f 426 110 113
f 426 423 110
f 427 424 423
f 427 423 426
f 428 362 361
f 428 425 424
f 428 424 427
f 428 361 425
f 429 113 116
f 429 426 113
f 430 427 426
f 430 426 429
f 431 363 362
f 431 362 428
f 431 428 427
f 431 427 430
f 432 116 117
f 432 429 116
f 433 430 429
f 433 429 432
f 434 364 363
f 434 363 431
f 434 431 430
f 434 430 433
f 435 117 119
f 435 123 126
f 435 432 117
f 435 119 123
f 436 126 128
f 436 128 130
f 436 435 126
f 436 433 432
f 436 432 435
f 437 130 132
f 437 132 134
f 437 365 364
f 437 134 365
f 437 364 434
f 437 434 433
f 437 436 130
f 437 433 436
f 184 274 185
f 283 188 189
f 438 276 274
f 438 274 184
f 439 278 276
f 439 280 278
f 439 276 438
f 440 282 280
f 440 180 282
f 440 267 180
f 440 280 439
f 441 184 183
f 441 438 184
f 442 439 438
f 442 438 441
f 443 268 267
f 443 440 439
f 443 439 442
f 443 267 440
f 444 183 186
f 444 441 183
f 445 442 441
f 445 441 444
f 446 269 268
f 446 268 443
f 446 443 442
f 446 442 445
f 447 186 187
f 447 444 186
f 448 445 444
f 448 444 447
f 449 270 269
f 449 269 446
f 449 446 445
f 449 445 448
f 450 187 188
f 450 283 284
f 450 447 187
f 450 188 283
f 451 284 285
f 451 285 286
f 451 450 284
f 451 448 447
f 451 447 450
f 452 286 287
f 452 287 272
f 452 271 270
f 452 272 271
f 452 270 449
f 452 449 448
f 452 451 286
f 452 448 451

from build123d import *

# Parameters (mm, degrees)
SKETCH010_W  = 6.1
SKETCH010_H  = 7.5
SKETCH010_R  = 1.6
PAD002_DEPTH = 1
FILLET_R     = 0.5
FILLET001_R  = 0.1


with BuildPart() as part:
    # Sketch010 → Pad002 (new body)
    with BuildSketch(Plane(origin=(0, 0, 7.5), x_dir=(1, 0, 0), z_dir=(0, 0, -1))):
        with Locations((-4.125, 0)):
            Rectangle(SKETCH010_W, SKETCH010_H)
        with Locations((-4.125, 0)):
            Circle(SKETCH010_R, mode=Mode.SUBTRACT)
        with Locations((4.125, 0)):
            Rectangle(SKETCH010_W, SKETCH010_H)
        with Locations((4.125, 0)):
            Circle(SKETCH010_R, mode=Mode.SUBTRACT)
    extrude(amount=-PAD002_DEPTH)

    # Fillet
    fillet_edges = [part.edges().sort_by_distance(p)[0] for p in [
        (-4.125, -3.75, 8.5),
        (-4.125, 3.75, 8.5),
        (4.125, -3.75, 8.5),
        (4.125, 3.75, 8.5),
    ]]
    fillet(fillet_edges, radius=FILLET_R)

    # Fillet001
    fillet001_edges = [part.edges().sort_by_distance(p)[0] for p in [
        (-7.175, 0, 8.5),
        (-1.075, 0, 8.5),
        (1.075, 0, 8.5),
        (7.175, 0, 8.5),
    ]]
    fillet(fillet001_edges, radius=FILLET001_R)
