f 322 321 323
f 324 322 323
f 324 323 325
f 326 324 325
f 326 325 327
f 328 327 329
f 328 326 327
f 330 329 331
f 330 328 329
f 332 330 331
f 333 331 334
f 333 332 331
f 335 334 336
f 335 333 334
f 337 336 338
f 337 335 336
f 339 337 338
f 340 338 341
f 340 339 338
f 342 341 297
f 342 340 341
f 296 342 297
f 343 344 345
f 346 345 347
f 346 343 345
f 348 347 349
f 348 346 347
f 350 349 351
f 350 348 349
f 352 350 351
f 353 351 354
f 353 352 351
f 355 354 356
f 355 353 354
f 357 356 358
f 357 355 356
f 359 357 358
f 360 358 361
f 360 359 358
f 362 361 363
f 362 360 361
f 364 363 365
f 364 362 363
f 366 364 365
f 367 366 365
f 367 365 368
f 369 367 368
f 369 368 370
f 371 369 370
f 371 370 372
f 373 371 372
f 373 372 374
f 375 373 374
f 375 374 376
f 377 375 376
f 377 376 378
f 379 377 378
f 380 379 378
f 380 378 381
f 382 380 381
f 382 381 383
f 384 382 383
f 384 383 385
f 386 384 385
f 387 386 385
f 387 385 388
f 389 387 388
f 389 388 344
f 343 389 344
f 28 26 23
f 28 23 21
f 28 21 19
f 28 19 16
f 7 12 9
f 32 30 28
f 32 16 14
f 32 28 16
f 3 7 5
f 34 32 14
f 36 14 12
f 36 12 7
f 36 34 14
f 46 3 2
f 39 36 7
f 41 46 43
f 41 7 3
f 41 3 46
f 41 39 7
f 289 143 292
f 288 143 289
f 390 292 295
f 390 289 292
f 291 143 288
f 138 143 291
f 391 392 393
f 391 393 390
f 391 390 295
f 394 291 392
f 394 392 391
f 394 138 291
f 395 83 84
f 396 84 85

--*--

● **Task statement**: Reproduce all of the records, keeping every character unchanged.

● **Problem solution**:
f 426 110 113
f 426 423 110
f 427 424 423
f 427 423 426
f 428 362 361
f 428 425 424
f 428 424 427
f 428 361 425
f 429 113 116
f 429 426 113
f 430 427 426
f 430 426 429
f 431 363 362
f 431 362 428
f 431 428 427
f 431 427 430
f 432 116 117
f 432 429 116
f 433 430 429
f 433 429 432
f 434 364 363
f 434 363 431
f 434 431 430
f 434 430 433
f 435 117 119
f 435 123 126
f 435 432 117
f 435 119 123
f 436 126 128
f 436 128 130
f 436 435 126
f 436 433 432
f 436 432 435
f 437 130 132
f 437 132 134
f 437 365 364
f 437 134 365
f 437 364 434
f 437 434 433
f 437 436 130
f 437 433 436
f 184 274 185
f 283 188 189
f 438 276 274
f 438 274 184
f 439 278 276
f 439 280 278
f 439 276 438
f 440 282 280
f 440 180 282
f 440 267 180
f 440 280 439
f 441 184 183
f 441 438 184
f 442 439 438
f 442 438 441
f 443 268 267
f 443 440 439
f 443 439 442
f 443 267 440
f 444 183 186
f 444 441 183
f 445 442 441
f 445 441 444
f 446 269 268
f 446 268 443
f 446 443 442
f 446 442 445
f 447 186 187
f 447 444 186
f 448 445 444
f 448 444 447
f 449 270 269
f 449 269 446
f 449 446 445
f 449 445 448
f 450 187 188
f 450 283 284
f 450 447 187
f 450 188 283
f 451 284 285
f 451 285 286
f 451 450 284
f 451 448 447
f 451 447 450
f 452 286 287
f 452 287 272
f 452 271 270
f 452 272 271
f 452 270 449
f 452 449 448
f 452 451 286
f 452 448 451

from build123d import *

# Parameters (mm, degrees)
SKETCH010_W  = 6.1
SKETCH010_H  = 7.5
SKETCH010_R  = 1.6
PAD002_DEPTH = 1
FILLET_R     = 0.5
FILLET001_R  = 0.1


with BuildPart() as part:
    # Sketch010 → Pad002 (new body)
    with BuildSketch(Plane(origin=(0, 0, 7.5), x_dir=(1, 0, 0), z_dir=(0, 0, -1))):
        with Locations((-4.125, 0)):
            Rectangle(SKETCH010_W, SKETCH010_H)
        with Locations((-4.125, 0)):
            Circle(SKETCH010_R, mode=Mode.SUBTRACT)
        with Locations((4.125, 0)):
            Rectangle(SKETCH010_W, SKETCH010_H)
        with Locations((4.125, 0)):
            Circle(SKETCH010_R, mode=Mode.SUBTRACT)
    extrude(amount=-PAD002_DEPTH)

    # Fillet
    fillet_edges = [part.edges().sort_by_distance(p)[0] for p in [
        (-4.125, -3.75, 8.5),
        (-4.125, 3.75, 8.5),
        (4.125, -3.75, 8.5),
        (4.125, 3.75, 8.5),
    ]]
    fillet(fillet_edges, radius=FILLET_R)

    # Fillet001
    fillet001_edges = [part.edges().sort_by_distance(p)[0] for p in [
        (-7.175, 0, 8.5),
        (-1.075, 0, 8.5),
        (1.075, 0, 8.5),
        (7.175, 0, 8.5),
    ]]
    fillet(fillet001_edges, radius=FILLET001_R)
f 322 321 323
f 324 322 323
f 324 323 325
f 326 324 325
f 326 325 327
f 328 327 329
f 328 326 327
f 330 329 331
f 330 328 329
f 332 330 331
f 333 331 334
f 333 332 331
f 335 334 336
f 335 333 334
f 337 336 338
f 337 335 336
f 339 337 338
f 340 338 341
f 340 339 338
f 342 341 297
f 342 340 341
f 296 342 297
f 343 344 345
f 346 345 347
f 346 343 345
f 348 347 349
f 348 346 347
f 350 349 351
f 350 348 349
f 352 350 351
f 353 351 354
f 353 352 351
f 355 354 356
f 355 353 354
f 357 356 358
f 357 355 356
f 359 357 358
f 360 358 361
f 360 359 358
f 362 361 363
f 362 360 361
f 364 363 365
f 364 362 363
f 366 364 365
f 367 366 365
f 367 365 368
f 369 367 368
f 369 368 370
f 371 369 370
f 371 370 372
f 373 371 372
f 373 372 374
f 375 373 374
f 375 374 376
f 377 375 376
f 377 376 378
f 379 377 378
f 380 379 378
f 380 378 381
f 382 380 381
f 382 381 383
f 384 382 383
f 384 383 385
f 386 384 385
f 387 386 385
f 387 385 388
f 389 387 388
f 389 388 344
f 343 389 344
f 28 26 23
f 28 23 21
f 28 21 19
f 28 19 16
f 7 12 9
f 32 30 28
f 32 16 14
f 32 28 16
f 3 7 5
f 34 32 14
f 36 14 12
f 36 12 7
f 36 34 14
f 46 3 2
f 39 36 7
f 41 46 43
f 41 7 3
f 41 3 46
f 41 39 7
f 289 143 292
f 288 143 289
f 390 292 295
f 390 289 292
f 291 143 288
f 138 143 291
f 391 392 393
f 391 393 390
f 391 390 295
f 394 291 392
f 394 392 391
f 394 138 291
f 395 83 84
f 396 84 85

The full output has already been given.